## Problem details
Of all the lines below, output only those starting at the one with "#63=VERTEX_POINT('',#62);" and ending at the one with "#83=FACE_BOUND('',#82,.T.);", both ends included, exactly as written.

**** Raw data

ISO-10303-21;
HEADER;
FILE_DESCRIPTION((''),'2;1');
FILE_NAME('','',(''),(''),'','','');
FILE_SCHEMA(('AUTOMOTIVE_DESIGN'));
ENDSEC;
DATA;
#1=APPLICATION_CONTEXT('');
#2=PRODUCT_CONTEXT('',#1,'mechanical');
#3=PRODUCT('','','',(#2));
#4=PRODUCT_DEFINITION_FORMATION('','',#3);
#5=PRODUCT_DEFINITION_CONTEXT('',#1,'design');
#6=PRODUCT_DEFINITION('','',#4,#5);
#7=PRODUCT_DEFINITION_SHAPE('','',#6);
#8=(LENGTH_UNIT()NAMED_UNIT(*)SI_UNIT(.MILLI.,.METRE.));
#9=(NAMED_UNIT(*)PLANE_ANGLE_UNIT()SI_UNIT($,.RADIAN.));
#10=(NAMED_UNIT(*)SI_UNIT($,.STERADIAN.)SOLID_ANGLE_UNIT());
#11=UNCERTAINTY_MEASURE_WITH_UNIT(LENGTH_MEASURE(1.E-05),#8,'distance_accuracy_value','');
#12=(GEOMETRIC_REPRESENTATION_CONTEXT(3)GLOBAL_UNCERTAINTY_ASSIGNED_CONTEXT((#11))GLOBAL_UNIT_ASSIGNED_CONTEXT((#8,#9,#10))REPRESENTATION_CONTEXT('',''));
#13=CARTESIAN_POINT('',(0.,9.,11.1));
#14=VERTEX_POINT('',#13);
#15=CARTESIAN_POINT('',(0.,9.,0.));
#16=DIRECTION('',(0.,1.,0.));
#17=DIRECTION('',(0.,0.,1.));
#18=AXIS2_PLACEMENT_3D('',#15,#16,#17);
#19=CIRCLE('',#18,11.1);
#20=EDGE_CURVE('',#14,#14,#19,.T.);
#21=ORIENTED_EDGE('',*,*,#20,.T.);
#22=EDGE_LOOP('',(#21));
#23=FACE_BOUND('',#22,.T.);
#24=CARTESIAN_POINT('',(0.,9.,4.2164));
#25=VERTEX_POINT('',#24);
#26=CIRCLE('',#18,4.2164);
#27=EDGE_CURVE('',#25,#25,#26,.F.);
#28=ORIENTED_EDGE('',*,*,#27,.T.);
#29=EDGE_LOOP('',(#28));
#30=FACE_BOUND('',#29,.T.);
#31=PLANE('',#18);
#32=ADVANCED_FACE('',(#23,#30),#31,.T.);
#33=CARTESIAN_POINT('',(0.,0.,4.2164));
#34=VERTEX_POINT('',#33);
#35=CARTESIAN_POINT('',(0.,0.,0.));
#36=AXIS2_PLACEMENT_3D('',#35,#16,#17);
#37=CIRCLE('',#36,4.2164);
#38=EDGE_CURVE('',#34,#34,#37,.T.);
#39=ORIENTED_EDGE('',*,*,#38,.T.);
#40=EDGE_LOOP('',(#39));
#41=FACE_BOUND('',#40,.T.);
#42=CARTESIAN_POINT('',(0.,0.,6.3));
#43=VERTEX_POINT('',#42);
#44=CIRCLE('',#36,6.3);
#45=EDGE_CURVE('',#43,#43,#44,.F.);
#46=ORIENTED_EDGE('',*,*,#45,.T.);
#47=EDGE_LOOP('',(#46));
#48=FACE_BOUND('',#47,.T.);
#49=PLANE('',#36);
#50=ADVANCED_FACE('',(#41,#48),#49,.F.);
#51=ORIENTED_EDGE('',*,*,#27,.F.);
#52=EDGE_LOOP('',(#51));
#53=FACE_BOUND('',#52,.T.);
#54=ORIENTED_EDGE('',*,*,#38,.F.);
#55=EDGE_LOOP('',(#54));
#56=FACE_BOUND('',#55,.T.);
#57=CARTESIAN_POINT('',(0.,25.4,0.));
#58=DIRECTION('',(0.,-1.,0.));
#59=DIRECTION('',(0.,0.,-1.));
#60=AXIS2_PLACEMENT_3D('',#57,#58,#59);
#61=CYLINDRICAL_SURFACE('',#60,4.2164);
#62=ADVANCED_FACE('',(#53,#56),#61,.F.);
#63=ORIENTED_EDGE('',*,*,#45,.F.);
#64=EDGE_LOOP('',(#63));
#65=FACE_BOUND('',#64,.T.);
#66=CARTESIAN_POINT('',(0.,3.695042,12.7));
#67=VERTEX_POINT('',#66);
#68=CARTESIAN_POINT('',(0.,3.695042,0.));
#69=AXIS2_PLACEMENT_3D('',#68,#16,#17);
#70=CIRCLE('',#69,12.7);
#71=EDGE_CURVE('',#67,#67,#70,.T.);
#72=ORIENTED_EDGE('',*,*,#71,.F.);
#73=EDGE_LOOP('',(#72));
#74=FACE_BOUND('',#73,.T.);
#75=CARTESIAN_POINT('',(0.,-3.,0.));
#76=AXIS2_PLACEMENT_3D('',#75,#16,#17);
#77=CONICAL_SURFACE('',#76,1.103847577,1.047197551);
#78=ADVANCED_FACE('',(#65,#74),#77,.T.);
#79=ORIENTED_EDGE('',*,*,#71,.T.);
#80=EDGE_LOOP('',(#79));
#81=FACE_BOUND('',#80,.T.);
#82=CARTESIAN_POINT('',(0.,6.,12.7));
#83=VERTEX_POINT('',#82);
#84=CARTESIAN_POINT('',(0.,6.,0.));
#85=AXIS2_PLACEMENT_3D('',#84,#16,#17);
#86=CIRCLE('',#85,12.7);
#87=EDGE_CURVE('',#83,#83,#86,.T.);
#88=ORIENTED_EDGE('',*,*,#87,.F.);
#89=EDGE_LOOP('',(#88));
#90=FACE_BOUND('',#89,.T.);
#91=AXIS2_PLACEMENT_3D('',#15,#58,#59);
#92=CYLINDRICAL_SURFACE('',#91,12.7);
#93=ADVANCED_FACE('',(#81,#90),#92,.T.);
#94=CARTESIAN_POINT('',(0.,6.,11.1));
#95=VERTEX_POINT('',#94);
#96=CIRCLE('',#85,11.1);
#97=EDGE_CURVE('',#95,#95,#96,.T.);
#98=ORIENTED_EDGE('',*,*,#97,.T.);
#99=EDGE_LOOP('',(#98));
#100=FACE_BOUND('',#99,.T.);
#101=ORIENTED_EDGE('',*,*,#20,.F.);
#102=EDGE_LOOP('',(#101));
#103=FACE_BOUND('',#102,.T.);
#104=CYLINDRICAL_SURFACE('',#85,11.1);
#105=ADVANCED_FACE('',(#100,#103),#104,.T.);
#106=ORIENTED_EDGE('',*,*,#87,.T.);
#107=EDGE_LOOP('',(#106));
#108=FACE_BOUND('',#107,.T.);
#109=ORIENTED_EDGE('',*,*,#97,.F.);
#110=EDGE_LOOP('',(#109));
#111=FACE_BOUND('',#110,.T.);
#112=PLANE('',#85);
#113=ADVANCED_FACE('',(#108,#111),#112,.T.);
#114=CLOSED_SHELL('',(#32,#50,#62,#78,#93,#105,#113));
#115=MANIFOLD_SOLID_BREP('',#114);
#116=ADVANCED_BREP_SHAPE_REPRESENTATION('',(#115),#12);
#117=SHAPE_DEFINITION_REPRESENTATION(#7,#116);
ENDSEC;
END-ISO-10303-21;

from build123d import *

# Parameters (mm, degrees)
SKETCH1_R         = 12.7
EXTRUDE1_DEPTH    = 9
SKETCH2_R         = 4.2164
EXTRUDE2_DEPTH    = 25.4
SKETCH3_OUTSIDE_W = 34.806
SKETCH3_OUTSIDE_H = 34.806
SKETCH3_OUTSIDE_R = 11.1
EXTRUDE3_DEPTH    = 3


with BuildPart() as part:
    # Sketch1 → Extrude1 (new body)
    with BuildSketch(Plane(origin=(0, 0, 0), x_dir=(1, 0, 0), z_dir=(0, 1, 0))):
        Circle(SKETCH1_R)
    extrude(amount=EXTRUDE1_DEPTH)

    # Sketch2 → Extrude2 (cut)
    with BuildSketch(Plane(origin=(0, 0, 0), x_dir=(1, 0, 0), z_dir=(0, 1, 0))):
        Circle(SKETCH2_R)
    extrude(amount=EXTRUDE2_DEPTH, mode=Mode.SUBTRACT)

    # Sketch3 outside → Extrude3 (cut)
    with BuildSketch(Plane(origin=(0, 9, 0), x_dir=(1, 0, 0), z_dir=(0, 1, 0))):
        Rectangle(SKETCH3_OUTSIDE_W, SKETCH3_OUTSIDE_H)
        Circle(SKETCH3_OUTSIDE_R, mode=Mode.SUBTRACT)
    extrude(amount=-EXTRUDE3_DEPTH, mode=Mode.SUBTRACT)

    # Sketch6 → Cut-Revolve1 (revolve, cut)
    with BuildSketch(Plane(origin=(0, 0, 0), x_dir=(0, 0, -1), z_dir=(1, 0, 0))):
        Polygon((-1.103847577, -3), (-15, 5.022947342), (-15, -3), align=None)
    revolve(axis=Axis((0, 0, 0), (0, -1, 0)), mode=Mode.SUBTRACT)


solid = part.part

********
**** Raw data

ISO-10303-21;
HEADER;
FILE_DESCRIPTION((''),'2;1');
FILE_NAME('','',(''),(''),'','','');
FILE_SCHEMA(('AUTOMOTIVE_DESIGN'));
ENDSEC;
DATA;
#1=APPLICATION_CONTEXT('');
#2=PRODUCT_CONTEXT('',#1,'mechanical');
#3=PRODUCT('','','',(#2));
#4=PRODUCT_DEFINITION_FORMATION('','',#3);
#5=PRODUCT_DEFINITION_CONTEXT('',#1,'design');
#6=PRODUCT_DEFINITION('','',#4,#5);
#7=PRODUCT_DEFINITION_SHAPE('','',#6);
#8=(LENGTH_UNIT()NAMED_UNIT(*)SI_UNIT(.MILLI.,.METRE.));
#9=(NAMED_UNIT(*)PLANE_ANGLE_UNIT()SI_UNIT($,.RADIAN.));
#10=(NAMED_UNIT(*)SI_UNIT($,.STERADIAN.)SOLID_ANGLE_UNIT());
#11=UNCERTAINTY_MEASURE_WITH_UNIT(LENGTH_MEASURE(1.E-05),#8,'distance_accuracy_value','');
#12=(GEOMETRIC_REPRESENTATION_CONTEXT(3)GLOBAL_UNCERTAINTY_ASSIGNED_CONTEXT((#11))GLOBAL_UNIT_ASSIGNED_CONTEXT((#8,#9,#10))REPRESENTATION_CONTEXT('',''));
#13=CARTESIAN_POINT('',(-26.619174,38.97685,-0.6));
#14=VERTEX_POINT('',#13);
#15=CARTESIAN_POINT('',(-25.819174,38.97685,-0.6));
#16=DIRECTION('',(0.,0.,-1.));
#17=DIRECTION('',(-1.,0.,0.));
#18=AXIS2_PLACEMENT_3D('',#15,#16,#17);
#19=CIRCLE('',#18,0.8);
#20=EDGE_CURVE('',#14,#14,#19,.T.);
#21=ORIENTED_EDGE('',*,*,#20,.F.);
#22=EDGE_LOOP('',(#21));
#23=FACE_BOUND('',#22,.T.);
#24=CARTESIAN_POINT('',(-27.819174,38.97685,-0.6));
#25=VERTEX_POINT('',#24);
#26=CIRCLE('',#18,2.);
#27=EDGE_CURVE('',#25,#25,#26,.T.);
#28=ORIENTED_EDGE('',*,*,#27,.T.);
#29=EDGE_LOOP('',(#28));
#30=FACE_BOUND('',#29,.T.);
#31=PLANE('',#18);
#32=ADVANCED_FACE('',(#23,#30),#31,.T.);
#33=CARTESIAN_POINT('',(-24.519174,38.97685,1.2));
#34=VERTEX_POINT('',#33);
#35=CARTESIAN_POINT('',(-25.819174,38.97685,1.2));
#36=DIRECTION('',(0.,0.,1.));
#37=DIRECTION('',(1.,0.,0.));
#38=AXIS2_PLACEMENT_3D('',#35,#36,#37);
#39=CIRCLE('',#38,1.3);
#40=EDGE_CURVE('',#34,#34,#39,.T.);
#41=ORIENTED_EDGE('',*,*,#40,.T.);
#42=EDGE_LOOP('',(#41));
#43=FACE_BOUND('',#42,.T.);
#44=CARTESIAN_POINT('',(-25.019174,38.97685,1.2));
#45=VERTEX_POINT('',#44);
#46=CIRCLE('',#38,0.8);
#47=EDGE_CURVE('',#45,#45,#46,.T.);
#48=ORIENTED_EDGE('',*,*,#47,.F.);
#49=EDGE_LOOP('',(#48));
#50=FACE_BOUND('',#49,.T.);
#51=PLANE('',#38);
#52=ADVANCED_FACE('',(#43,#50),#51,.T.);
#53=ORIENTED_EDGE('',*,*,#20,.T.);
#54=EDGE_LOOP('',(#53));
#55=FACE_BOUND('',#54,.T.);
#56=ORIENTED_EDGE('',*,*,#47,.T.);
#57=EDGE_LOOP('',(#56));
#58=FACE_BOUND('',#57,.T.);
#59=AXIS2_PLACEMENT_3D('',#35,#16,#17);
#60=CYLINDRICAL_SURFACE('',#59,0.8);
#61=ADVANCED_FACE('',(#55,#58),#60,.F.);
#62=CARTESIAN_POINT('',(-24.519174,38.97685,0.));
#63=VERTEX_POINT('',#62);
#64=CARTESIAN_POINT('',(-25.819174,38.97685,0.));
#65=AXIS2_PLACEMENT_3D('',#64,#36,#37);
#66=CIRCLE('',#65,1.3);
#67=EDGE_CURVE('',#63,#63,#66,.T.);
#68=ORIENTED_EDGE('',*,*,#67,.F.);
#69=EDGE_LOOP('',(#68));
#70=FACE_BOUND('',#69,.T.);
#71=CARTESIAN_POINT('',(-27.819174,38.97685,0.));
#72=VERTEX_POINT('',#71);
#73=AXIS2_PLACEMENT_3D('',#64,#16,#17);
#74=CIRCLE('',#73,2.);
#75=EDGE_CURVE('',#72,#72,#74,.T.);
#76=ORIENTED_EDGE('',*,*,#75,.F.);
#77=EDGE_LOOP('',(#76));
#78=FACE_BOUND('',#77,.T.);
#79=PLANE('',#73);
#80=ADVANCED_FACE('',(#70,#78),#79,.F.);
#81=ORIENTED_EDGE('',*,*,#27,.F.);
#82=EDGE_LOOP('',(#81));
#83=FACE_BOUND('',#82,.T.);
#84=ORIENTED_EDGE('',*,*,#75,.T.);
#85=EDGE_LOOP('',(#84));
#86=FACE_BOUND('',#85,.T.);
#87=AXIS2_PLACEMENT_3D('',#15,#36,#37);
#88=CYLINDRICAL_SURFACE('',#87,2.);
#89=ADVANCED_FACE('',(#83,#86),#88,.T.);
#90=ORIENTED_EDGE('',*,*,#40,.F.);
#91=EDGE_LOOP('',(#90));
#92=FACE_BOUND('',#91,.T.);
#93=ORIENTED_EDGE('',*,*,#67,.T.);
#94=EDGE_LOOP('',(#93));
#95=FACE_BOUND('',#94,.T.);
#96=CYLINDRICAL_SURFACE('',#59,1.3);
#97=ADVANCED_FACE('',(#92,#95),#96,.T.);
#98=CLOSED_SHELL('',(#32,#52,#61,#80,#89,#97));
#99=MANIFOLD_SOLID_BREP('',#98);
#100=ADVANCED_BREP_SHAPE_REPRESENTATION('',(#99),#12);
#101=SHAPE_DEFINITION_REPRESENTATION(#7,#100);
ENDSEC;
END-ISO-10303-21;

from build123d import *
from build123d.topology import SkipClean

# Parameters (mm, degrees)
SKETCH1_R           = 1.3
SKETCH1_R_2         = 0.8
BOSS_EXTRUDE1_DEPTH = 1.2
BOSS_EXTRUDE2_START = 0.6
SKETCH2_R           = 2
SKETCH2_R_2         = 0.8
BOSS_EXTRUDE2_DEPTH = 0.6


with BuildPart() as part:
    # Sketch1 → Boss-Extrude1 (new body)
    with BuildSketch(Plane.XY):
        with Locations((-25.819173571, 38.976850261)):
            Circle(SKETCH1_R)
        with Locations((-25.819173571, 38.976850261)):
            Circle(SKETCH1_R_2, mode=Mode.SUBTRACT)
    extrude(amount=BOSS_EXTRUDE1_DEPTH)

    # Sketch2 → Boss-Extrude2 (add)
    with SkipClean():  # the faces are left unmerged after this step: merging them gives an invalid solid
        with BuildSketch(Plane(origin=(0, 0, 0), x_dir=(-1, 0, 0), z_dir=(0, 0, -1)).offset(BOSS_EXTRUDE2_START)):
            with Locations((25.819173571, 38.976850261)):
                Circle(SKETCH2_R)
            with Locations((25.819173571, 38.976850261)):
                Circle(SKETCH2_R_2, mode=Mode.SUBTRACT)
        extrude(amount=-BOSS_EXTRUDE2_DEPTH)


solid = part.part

********

## Solution for this problem
#63=VERTEX_POINT('',#62);
#64=CARTESIAN_POINT('',(-25.819174,38.97685,0.));
#65=AXIS2_PLACEMENT_3D('',#64,#36,#37);
#66=CIRCLE('',#65,1.3);
#67=EDGE_CURVE('',#63,#63,#66,.T.);
#68=ORIENTED_EDGE('',*,*,#67,.F.);
#69=EDGE_LOOP('',(#68));
#70=FACE_BOUND('',#69,.T.);
#71=CARTESIAN_POINT('',(-27.819174,38.97685,0.));
#72=VERTEX_POINT('',#71);
#73=AXIS2_PLACEMENT_3D('',#64,#16,#17);
#74=CIRCLE('',#73,2.);
#75=EDGE_CURVE('',#72,#72,#74,.T.);
#76=ORIENTED_EDGE('',*,*,#75,.F.);
#77=EDGE_LOOP('',(#76));
#78=FACE_BOUND('',#77,.T.);
#79=PLANE('',#73);
#80=ADVANCED_FACE('',(#70,#78),#79,.F.);
#81=ORIENTED_EDGE('',*,*,#27,.F.);
#82=EDGE_LOOP('',(#81));
#83=FACE_BOUND('',#82,.T.);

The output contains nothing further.